La buena o mala organización de una sociedad no se prueba en la bonanza: cualquier sistema es bueno cuando hay de sobra. En el paraíso no harían falta estructuras comunitarias. La buena o mala organización social se verifica en las adversidades: es precisamente para eso para lo que debe organizarse la sociedad. Es para enfrentarnos a las dificultades para lo que nos trae cuenta el pacto social.

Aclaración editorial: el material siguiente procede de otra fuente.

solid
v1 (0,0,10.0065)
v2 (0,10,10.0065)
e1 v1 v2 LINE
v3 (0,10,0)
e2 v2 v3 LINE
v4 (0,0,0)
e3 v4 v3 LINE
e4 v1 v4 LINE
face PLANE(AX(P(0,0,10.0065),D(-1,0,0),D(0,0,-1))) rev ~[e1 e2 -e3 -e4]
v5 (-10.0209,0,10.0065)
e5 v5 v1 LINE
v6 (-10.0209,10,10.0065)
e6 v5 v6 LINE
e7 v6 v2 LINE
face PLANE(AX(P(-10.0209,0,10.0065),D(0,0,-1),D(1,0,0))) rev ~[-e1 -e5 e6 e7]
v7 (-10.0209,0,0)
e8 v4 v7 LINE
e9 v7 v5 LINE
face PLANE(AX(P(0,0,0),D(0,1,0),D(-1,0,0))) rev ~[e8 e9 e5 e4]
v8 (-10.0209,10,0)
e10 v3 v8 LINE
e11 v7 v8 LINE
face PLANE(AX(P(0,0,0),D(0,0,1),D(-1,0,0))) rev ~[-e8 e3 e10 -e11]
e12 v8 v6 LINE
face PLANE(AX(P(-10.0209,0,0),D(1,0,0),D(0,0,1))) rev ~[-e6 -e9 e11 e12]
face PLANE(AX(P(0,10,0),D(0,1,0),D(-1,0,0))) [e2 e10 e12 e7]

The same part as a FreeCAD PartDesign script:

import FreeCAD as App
import Part
import Sketcher
Q = App.Units.Quantity

doc = App.newDocument("Part")
body = doc.addObject("PartDesign::Body", "Body")

# Sketch on XZ plane
sketch1 = body.newObject("Sketcher::SketchObject", "Sketch")
sketch1.AttachmentSupport = (doc.getObject("XZ_Plane"), [""])
sketch1.MapMode = "FlatFace"
sketch1.addGeometry([
    Part.LineSegment(App.Vector(0, 10, 0), App.Vector(0, 0, 0)),
    Part.LineSegment(App.Vector(0, 0, 0), App.Vector(-10, 0, 0)),
    Part.LineSegment(App.Vector(-10, 0, 0), App.Vector(-10, 10, 0)),
    Part.LineSegment(App.Vector(-10, 10, 0), App.Vector(0, 10, 0)),
], False)
sketch1.addConstraint([
    Sketcher.Constraint("Coincident", 0, 2, 1, 1),
    Sketcher.Constraint("Coincident", 1, 2, 2, 1),
    Sketcher.Constraint("Coincident", 2, 2, 3, 1),
    Sketcher.Constraint("Coincident", 3, 2, 0, 1),
    Sketcher.Constraint("Vertical", 0),
    Sketcher.Constraint("Horizontal", 1),
    Sketcher.Constraint("Vertical", 2),
    Sketcher.Constraint("Horizontal", 3),
    Sketcher.Constraint("Coincident", 0, 2, -1, 1),
    Sketcher.Constraint("DistanceX", 1, 2, 1, 1, Q("10.021 mm")),
    Sketcher.Constraint("DistanceY", 0, 2, 0, 1, Q("10.0065 mm")),
])
pad1 = body.newObject("PartDesign::Pad", "Pad")
pad1.Profile = sketch1
pad1.Length = 10
pad1.Reversed = True

doc.recompute()
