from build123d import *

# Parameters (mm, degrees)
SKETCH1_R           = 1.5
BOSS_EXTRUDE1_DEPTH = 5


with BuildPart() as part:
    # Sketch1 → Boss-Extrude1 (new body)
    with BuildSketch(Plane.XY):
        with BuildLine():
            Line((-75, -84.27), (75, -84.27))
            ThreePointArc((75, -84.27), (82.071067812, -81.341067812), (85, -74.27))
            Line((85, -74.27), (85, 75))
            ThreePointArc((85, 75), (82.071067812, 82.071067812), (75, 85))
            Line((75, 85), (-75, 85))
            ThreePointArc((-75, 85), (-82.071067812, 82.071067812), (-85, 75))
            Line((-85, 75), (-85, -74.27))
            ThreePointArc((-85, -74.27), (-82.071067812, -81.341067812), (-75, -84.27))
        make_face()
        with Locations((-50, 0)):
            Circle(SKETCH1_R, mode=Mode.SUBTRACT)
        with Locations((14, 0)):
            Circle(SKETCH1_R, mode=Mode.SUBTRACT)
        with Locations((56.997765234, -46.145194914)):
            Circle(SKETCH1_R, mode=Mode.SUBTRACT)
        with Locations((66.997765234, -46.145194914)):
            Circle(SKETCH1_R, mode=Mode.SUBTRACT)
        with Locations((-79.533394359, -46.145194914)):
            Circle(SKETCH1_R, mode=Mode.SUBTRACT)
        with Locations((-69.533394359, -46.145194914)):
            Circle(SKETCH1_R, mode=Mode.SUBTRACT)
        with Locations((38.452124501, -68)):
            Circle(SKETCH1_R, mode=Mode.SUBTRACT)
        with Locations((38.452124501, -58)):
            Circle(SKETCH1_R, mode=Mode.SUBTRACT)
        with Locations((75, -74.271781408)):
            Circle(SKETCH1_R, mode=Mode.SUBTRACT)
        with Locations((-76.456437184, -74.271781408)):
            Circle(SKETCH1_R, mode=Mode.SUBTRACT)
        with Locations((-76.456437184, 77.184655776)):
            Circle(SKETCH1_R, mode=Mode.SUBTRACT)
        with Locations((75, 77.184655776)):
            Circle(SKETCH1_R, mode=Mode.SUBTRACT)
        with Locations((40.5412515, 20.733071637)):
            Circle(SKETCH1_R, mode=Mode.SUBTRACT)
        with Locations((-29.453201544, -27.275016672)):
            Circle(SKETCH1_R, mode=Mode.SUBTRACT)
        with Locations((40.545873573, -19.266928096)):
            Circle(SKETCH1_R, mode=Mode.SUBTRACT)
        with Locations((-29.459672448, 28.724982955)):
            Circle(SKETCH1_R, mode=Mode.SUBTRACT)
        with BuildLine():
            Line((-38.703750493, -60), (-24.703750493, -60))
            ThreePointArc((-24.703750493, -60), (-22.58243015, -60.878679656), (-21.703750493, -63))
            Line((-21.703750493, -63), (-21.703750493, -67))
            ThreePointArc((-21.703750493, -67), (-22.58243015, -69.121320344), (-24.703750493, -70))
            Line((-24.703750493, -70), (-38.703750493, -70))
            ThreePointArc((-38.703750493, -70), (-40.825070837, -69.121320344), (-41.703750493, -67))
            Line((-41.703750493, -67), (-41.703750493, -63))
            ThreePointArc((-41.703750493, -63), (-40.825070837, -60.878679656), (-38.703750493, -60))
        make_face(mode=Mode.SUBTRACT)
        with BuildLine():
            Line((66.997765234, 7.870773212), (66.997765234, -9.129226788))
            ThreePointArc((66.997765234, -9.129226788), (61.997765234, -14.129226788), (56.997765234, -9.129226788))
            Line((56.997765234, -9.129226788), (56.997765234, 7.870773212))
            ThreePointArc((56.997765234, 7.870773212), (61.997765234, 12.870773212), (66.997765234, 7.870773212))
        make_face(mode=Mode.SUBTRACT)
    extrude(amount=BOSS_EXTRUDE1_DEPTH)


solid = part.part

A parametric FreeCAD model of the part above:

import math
import FreeCAD as App
import Part
import Sketcher

V = App.Vector

doc = App.newDocument("Part")
body = doc.addObject("PartDesign::Body", "Body")

# Sketch on XY plane
sketch1 = body.newObject("Sketcher::SketchObject", "Sketch")
sketch1.AttachmentSupport = (doc.getObject("XY_Plane"), [""])
sketch1.MapMode = "FlatFace"
sketch1.addGeometry(Part.LineSegment(V(-75, -84.27, 0), V(75, -84.27, 0)), False)
sketch1.addGeometry(Part.ArcOfCircle(Part.Circle(V(75, -74.27, 0), V(0, 0, 1), 10), math.radians(-90), math.radians(0)), False)
sketch1.addGeometry(Part.LineSegment(V(85, -74.27, 0), V(85, 75, 0)), False)
sketch1.addGeometry(Part.ArcOfCircle(Part.Circle(V(75, 75, 0), V(0, 0, 1), 10), math.radians(0), math.radians(90)), False)
sketch1.addGeometry(Part.LineSegment(V(75, 85, 0), V(-75, 85, 0)), False)
sketch1.addGeometry(Part.ArcOfCircle(Part.Circle(V(-75, 75, 0), V(0, 0, 1), 10), math.radians(90), math.radians(180)), False)
sketch1.addGeometry(Part.LineSegment(V(-85, 75, 0), V(-85, -74.27, 0)), False)
sketch1.addGeometry(Part.ArcOfCircle(Part.Circle(V(-75, -74.27, 0), V(0, 0, 1), 10), math.radians(180), math.radians(270)), False)
sketch1.addGeometry(Part.Circle(V(-76.456437, -74.271781, 0), V(0, 0, 1), 1.5), False)
sketch1.addGeometry(Part.Circle(V(-79.533394, -46.145195, 0), V(0, 0, 1), 1.5), False)
sketch1.addGeometry(Part.Circle(V(-69.533394, -46.145195, 0), V(0, 0, 1), 1.5), False)
sketch1.addGeometry(Part.ArcOfCircle(Part.Circle(V(-38.70375, -63, 0), V(0, 0, 1), 3), math.radians(90), math.radians(180)), False)
sketch1.addGeometry(Part.LineSegment(V(-38.70375, -60, 0), V(-24.70375, -60, 0)), False)
sketch1.addGeometry(Part.ArcOfCircle(Part.Circle(V(-24.70375, -63, 0), V(0, 0, 1), 3), math.radians(0), math.radians(90)), False)
sketch1.addGeometry(Part.LineSegment(V(-21.70375, -63, 0), V(-21.70375, -67, 0)), False)
sketch1.addGeometry(Part.ArcOfCircle(Part.Circle(V(-24.70375, -67, 0), V(0, 0, 1), 3), math.radians(-90), math.radians(0)), False)
sketch1.addGeometry(Part.LineSegment(V(-24.70375, -70, 0), V(-38.70375, -70, 0)), False)
sketch1.addGeometry(Part.ArcOfCircle(Part.Circle(V(-38.70375, -67, 0), V(0, 0, 1), 3), math.radians(180), math.radians(270)), False)
sketch1.addGeometry(Part.LineSegment(V(-41.70375, -67, 0), V(-41.70375, -63, 0)), False)
sketch1.addGeometry(Part.Circle(V(-50, 0, 0), V(0, 0, 1), 1.5), False)
sketch1.addGeometry(Part.Circle(V(-29.453202, -27.275017, 0), V(0, 0, 1), 1.5), False)
sketch1.addGeometry(Part.Circle(V(38.452125, -68, 0), V(0, 0, 1), 1.5), False)
sketch1.addGeometry(Part.Circle(V(38.452125, -58, 0), V(0, 0, 1), 1.5), False)
sketch1.addGeometry(Part.Circle(V(75, -74.271781, 0), V(0, 0, 1), 1.5), False)
sketch1.addGeometry(Part.Circle(V(56.997765, -46.145195, 0), V(0, 0, 1), 1.5), False)
sketch1.addGeometry(Part.Circle(V(66.997765, -46.145195, 0), V(0, 0, 1), 1.5), False)
sketch1.addGeometry(Part.Circle(V(14, 0, 0), V(0, 0, 1), 1.5), False)
sketch1.addGeometry(Part.Circle(V(40.545874, -19.266928, 0), V(0, 0, 1), 1.5), False)
sketch1.addGeometry(Part.ArcOfCircle(Part.Circle(V(61.997765, 7.870773, 0), V(0, 0, 1), 5), math.radians(0), math.radians(180)), False)
sketch1.addGeometry(Part.LineSegment(V(66.997765, 7.870773, 0), V(66.997765, -9.129227, 0)), False)
sketch1.addGeometry(Part.ArcOfCircle(Part.Circle(V(61.997765, -9.129227, 0), V(0, 0, 1), 5), math.radians(180), math.radians(360)), False)
sketch1.addGeometry(Part.LineSegment(V(56.997765, -9.129227, 0), V(56.997765, 7.870773, 0)), False)
sketch1.addGeometry(Part.Circle(V(-29.459672, 28.724983, 0), V(0, 0, 1), 1.5), False)
sketch1.addGeometry(Part.Circle(V(-76.456437, 77.184656, 0), V(0, 0, 1), 1.5), False)
sketch1.addGeometry(Part.Circle(V(40.541252, 20.733072, 0), V(0, 0, 1), 1.5), False)
sketch1.addGeometry(Part.Circle(V(75, 77.184656, 0), V(0, 0, 1), 1.5), False)
sketch1.addConstraint(Sketcher.Constraint("Tangent", 0, 2, 1, 1))
sketch1.addConstraint(Sketcher.Constraint("Tangent", 1, 2, 2, 1))
sketch1.addConstraint(Sketcher.Constraint("Tangent", 2, 2, 3, 1))
sketch1.addConstraint(Sketcher.Constraint("Tangent", 3, 2, 4, 1))
sketch1.addConstraint(Sketcher.Constraint("Tangent", 4, 2, 5, 1))
sketch1.addConstraint(Sketcher.Constraint("Tangent", 5, 2, 6, 1))
sketch1.addConstraint(Sketcher.Constraint("Tangent", 6, 2, 7, 1))
sketch1.addConstraint(Sketcher.Constraint("Tangent", 7, 2, 0, 1))
sketch1.addConstraint(Sketcher.Constraint("Tangent", 11, 1, 12, 1))
sketch1.addConstraint(Sketcher.Constraint("Tangent", 12, 2, 13, 2))
sketch1.addConstraint(Sketcher.Constraint("Tangent", 13, 1, 14, 1))
sketch1.addConstraint(Sketcher.Constraint("Tangent", 14, 2, 15, 2))
sketch1.addConstraint(Sketcher.Constraint("Tangent", 15, 1, 16, 1))
sketch1.addConstraint(Sketcher.Constraint("Tangent", 16, 2, 17, 2))
sketch1.addConstraint(Sketcher.Constraint("Tangent", 17, 1, 18, 1))
sketch1.addConstraint(Sketcher.Constraint("Tangent", 18, 2, 11, 2))
sketch1.addConstraint(Sketcher.Constraint("Tangent", 28, 1, 29, 1))
sketch1.addConstraint(Sketcher.Constraint("Tangent", 29, 2, 30, 2))
sketch1.addConstraint(Sketcher.Constraint("Tangent", 30, 1, 31, 1))
sketch1.addConstraint(Sketcher.Constraint("Tangent", 31, 2, 28, 2))
sketch1.addConstraint(Sketcher.Constraint("Horizontal", 0))
sketch1.addConstraint(Sketcher.Constraint("Vertical", 2))
sketch1.addConstraint(Sketcher.Constraint("Horizontal", 4))
sketch1.addConstraint(Sketcher.Constraint("Vertical", 6))
sketch1.addConstraint(Sketcher.Constraint("Horizontal", 12))
sketch1.addConstraint(Sketcher.Constraint("Vertical", 14))
sketch1.addConstraint(Sketcher.Constraint("Horizontal", 16))
sketch1.addConstraint(Sketcher.Constraint("Vertical", 18))
sketch1.addConstraint(Sketcher.Constraint("Vertical", 29))
sketch1.addConstraint(Sketcher.Constraint("Vertical", 31))
sketch1.addConstraint(Sketcher.Constraint("Equal", 1, 3))
sketch1.addConstraint(Sketcher.Constraint("Equal", 3, 5))
sketch1.addConstraint(Sketcher.Constraint("Equal", 5, 7))
sketch1.addConstraint(Sketcher.Constraint("Equal", 8, 9))
sketch1.addConstraint(Sketcher.Constraint("Equal", 9, 10))
sketch1.addConstraint(Sketcher.Constraint("Equal", 11, 13))
sketch1.addConstraint(Sketcher.Constraint("Equal", 13, 15))
sketch1.addConstraint(Sketcher.Constraint("Equal", 15, 17))
sketch1.addConstraint(Sketcher.Constraint("Equal", 10, 19))
sketch1.addConstraint(Sketcher.Constraint("Equal", 19, 20))
sketch1.addConstraint(Sketcher.Constraint("Equal", 20, 21))
sketch1.addConstraint(Sketcher.Constraint("Equal", 21, 22))
sketch1.addConstraint(Sketcher.Constraint("Equal", 22, 23))
sketch1.addConstraint(Sketcher.Constraint("Equal", 23, 24))
sketch1.addConstraint(Sketcher.Constraint("Equal", 24, 25))
sketch1.addConstraint(Sketcher.Constraint("Equal", 25, 26))
sketch1.addConstraint(Sketcher.Constraint("Equal", 26, 27))
sketch1.addConstraint(Sketcher.Constraint("Equal", 27, 32))
sketch1.addConstraint(Sketcher.Constraint("Equal", 32, 33))
sketch1.addConstraint(Sketcher.Constraint("Equal", 33, 34))
sketch1.addConstraint(Sketcher.Constraint("Equal", 34, 35))
sketch1.addConstraint(Sketcher.Constraint("PointOnObject", 19, 3, -1))
sketch1.addConstraint(Sketcher.Constraint("PointOnObject", 26, 3, -1))
sketch1.addConstraint(Sketcher.Constraint("Horizontal", 9, 3, 10, 3))
sketch1.addConstraint(Sketcher.Constraint("Horizontal", 8, 3, 23, 3))
sketch1.addConstraint(Sketcher.Constraint("Horizontal", 10, 3, 24, 3))
sketch1.addConstraint(Sketcher.Constraint("Horizontal", 24, 3, 25, 3))
sketch1.addConstraint(Sketcher.Constraint("Horizontal", 33, 3, 35, 3))
sketch1.addConstraint(Sketcher.Constraint("Vertical", 21, 3, 22, 3))
sketch1.addConstraint(Sketcher.Constraint("Vertical", 3, 3, 23, 3))
sketch1.addConstraint(Sketcher.Constraint("Vertical", 8, 3, 33, 3))
sketch1.addConstraint(Sketcher.Constraint("Vertical", 23, 3, 35, 3))
sketch1.addConstraint(Sketcher.Constraint("Vertical", 25, 3, 28, 1))
sketch1.addConstraint(Sketcher.Constraint("Vertical", 24, 3, 30, 1))
sketch1.addConstraint(Sketcher.Constraint("Diameter", 8, 3.0))
sketch1.addConstraint(Sketcher.Constraint("Radius", 1, 10.0))
sketch1.addConstraint(Sketcher.Constraint("Radius", 11, 3.0))
sketch1.addConstraint(Sketcher.Constraint("Radius", 28, 5.0))
sketch1.addConstraint(Sketcher.Constraint("DistanceX", 0, 1, 0, 2, 150.0))
sketch1.addConstraint(Sketcher.Constraint("DistanceX", 12, 1, 12, 2, 14.0))
sketch1.addConstraint(Sketcher.Constraint("DistanceY", 14, 2, 14, 1, 4.0))
sketch1.addConstraint(Sketcher.Constraint("DistanceY", 29, 2, 29, 1, 17.0))
sketch1.addConstraint(Sketcher.Constraint("DistanceX", -1, 1, 1, 3, 75.0))
sketch1.addConstraint(Sketcher.Constraint("DistanceY", -1, 1, 3, 3, 75.0))
sketch1.addConstraint(Sketcher.Constraint("DistanceY", 11, 3, -1, 1, 63.0))
sketch1.addConstraint(Sketcher.Constraint("DistanceX", 19, 3, -1, 1, 50.0))
sketch1.addConstraint(Sketcher.Constraint("DistanceY", 21, 3, -1, 1, 68.0))
sketch1.addConstraint(Sketcher.Constraint("DistanceY", 22, 3, -1, 1, 58.0))
sketch1.addConstraint(Sketcher.Constraint("DistanceX", -1, 1, 26, 3, 14.0))
sketch1.addConstraint(Sketcher.Constraint("DistanceX", 9, 3, 10, 3, 10.0))
sketch1.addConstraint(Sketcher.Constraint("DistanceY", 20, 3, 32, 3, 56.0))
sketch1.addConstraint(Sketcher.Constraint("DistanceY", 27, 3, 34, 3, 40.0))
sketch1.addConstraint(Sketcher.Constraint("DistanceY", 2, 1, 2, 2, 149.27))
sketch1.addConstraint(Sketcher.Constraint("DistanceX", 20, 3, -1, 1, 29.453202))
sketch1.addConstraint(Sketcher.Constraint("DistanceY", 27, 3, 28, 3, 27.137701))
sketch1.addConstraint(Sketcher.Constraint("DistanceY", 8, 3, -1, 1, 74.271781))
sketch1.addConstraint(Sketcher.Constraint("DistanceX", 11, 3, -1, 1, 38.70375))
sketch1.addConstraint(Sketcher.Constraint("DistanceY", 27, 3, -1, 1, 19.266928))
sketch1.addConstraint(Sketcher.Constraint("DistanceX", -1, 1, 34, 3, 40.541252))
sketch1.addConstraint(Sketcher.Constraint("DistanceX", 22, 3, 24, 3, 18.545641))
sketch1.addConstraint(Sketcher.Constraint("DistanceX", 27, 3, 24, 3, 16.451892))
sketch1.addConstraint(Sketcher.Constraint("DistanceY", 24, 3, 28, 3, 54.015968))
sketch1.addConstraint(Sketcher.Constraint("DistanceX", 32, 3, 20, 3, 0.006471))
sketch1.addConstraint(Sketcher.Constraint("DistanceY", 27, 3, 32, 3, 47.991911))
sketch1.addConstraint(Sketcher.Constraint("DistanceX", 8, 3, -1, 1, 76.456437))
sketch1.addConstraint(Sketcher.Constraint("DistanceX", 9, 3, -1, 1, 79.533394))
sketch1.addConstraint(Sketcher.Constraint("DistanceX", -1, 1, 21, 3, 38.452125))
sketch1.addConstraint(Sketcher.Constraint("DistanceY", -1, 1, 33, 3, 77.184656))
pad1 = body.newObject("PartDesign::Pad", "Pad")
pad1.Profile = sketch1
pad1.Length = 5

doc.recompute()
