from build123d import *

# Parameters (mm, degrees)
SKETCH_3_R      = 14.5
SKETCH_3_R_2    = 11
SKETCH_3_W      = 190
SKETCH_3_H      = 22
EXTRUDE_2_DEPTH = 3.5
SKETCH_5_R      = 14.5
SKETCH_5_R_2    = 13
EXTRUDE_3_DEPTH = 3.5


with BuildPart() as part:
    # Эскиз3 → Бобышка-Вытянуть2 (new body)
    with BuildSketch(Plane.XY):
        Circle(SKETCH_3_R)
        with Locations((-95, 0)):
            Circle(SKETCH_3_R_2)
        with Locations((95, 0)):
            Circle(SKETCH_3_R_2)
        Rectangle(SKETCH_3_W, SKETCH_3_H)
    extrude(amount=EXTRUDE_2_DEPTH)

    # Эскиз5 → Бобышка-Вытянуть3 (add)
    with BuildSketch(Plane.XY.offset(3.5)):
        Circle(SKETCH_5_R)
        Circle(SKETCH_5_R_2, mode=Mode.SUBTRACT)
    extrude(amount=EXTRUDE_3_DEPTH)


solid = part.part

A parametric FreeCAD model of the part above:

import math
import FreeCAD as App
import Part
import Sketcher
Q = App.Units.Quantity

doc = App.newDocument("Part")
body = doc.addObject("PartDesign::Body", "Body")

# Sketch on XY plane
sketch1 = body.newObject("Sketcher::SketchObject", "Sketch")
sketch1.AttachmentSupport = (doc.getObject("XY_Plane"), [""])
sketch1.MapMode = "FlatFace"
sketch1.addGeometry(Part.LineSegment(App.Vector(9.447222, -11, 0), App.Vector(95, -11, 0)), False)
sketch1.addGeometry(Part.ArcOfCircle(Part.Circle(App.Vector(95, 0, 0), App.Vector(0, 0, 1), 11), math.radians(-90), math.radians(90)), False)
sketch1.addGeometry(Part.LineSegment(App.Vector(95, 11, 0), App.Vector(9.447222, 11, 0)), False)
sketch1.addGeometry(Part.ArcOfCircle(Part.Circle(App.Vector(0, 0, 0), App.Vector(0, 0, 1), 14.5), math.radians(49.342751), math.radians(130.657249)), False)
sketch1.addGeometry(Part.LineSegment(App.Vector(-9.447222, 11, 0), App.Vector(-95, 11, 0)), False)
sketch1.addGeometry(Part.ArcOfCircle(Part.Circle(App.Vector(-95, 0, 0), App.Vector(0, 0, 1), 11), math.radians(90), math.radians(270)), False)
sketch1.addGeometry(Part.LineSegment(App.Vector(-95, -11, 0), App.Vector(-9.447222, -11, 0)), False)
sketch1.addGeometry(Part.ArcOfCircle(Part.Circle(App.Vector(0, 0, 0), App.Vector(0, 0, 1), 14.5), math.radians(-130.657249), math.radians(-49.342751)), False)
sketch1.addConstraint(Sketcher.Constraint("Tangent", 0, 2, 1, 1))
sketch1.addConstraint(Sketcher.Constraint("Tangent", 1, 2, 2, 1))
sketch1.addConstraint(Sketcher.Constraint("Coincident", 2, 2, 3, 1))
sketch1.addConstraint(Sketcher.Constraint("Coincident", 3, 2, 4, 1))
sketch1.addConstraint(Sketcher.Constraint("Tangent", 4, 2, 5, 1))
sketch1.addConstraint(Sketcher.Constraint("Tangent", 5, 2, 6, 1))
sketch1.addConstraint(Sketcher.Constraint("Coincident", 6, 2, 7, 1))
sketch1.addConstraint(Sketcher.Constraint("Coincident", 7, 2, 0, 1))
sketch1.addConstraint(Sketcher.Constraint("Horizontal", 0))
sketch1.addConstraint(Sketcher.Constraint("Horizontal", 2))
sketch1.addConstraint(Sketcher.Constraint("Horizontal", 4))
sketch1.addConstraint(Sketcher.Constraint("Horizontal", 6))
sketch1.addConstraint(Sketcher.Constraint("Coincident", 3, 3, -1, 1))
sketch1.addConstraint(Sketcher.Constraint("Coincident", 7, 3, -1, 1))
sketch1.addConstraint(Sketcher.Constraint("Equal", 1, 5))
sketch1.addConstraint(Sketcher.Constraint("Equal", 3, 7))
sketch1.addConstraint(Sketcher.Constraint("Symmetric", 1, 3, 5, 3, -1, 1))
sketch1.addConstraint(Sketcher.Constraint("PointOnObject", 1, 3, -1))
sketch1.addConstraint(Sketcher.Constraint("Radius", 1, Q("11 mm")))
sketch1.addConstraint(Sketcher.Constraint("Radius", 3, Q("14.5 mm")))
sketch1.addConstraint(Sketcher.Constraint("DistanceX", -1, 1, 1, 3, Q("95 mm")))
pad1 = body.newObject("PartDesign::Pad", "Pad")
pad1.Profile = sketch1
pad1.Length = 3.5

# Sketch on XY plane
sketch2 = body.newObject("Sketcher::SketchObject", "Sketch001")
sketch2.AttachmentSupport = (doc.getObject("XY_Plane"), [""])
sketch2.MapMode = "FlatFace"
sketch2.AttachmentOffset = App.Placement(App.Vector(0, 0, 3.5), App.Rotation())
sketch2.addGeometry(Part.Circle(App.Vector(0, 0, 0), App.Vector(0, 0, 1), 14.5), False)
sketch2.addGeometry(Part.Circle(App.Vector(0, 0, 0), App.Vector(0, 0, 1), 13), False)
sketch2.addConstraint(Sketcher.Constraint("Coincident", 0, 3, -1, 1))
sketch2.addConstraint(Sketcher.Constraint("Coincident", 1, 3, -1, 1))
sketch2.addConstraint(Sketcher.Constraint("Diameter", 0, Q("29 mm")))
sketch2.addConstraint(Sketcher.Constraint("Diameter", 1, Q("26 mm")))
pad2 = body.newObject("PartDesign::Pad", "Pad001")
pad2.Profile = sketch2
pad2.Length = 3.5

doc.recompute()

La sociedad no debe estar preparada para el triunfo, sino para el fracaso - para la impotencia, para la vulnerabilidad, para la debilidad. La seguridad social nos conviene porque este mundo es ya bastante jodido.
Por eso ahora, precisamente ahora, resulta inexplicable el desmantelamiento de los servicios públicos. Por eso, el que ahora, en estos momentos de progresivo empobrecimiento, se nos recuerde que la vida es dura, y que debemos prepararnos para cosas peores aún, aparte de un insulto, es una prueba más de que soportamos un orden al que sólo un sádico puede encontrar fundamento.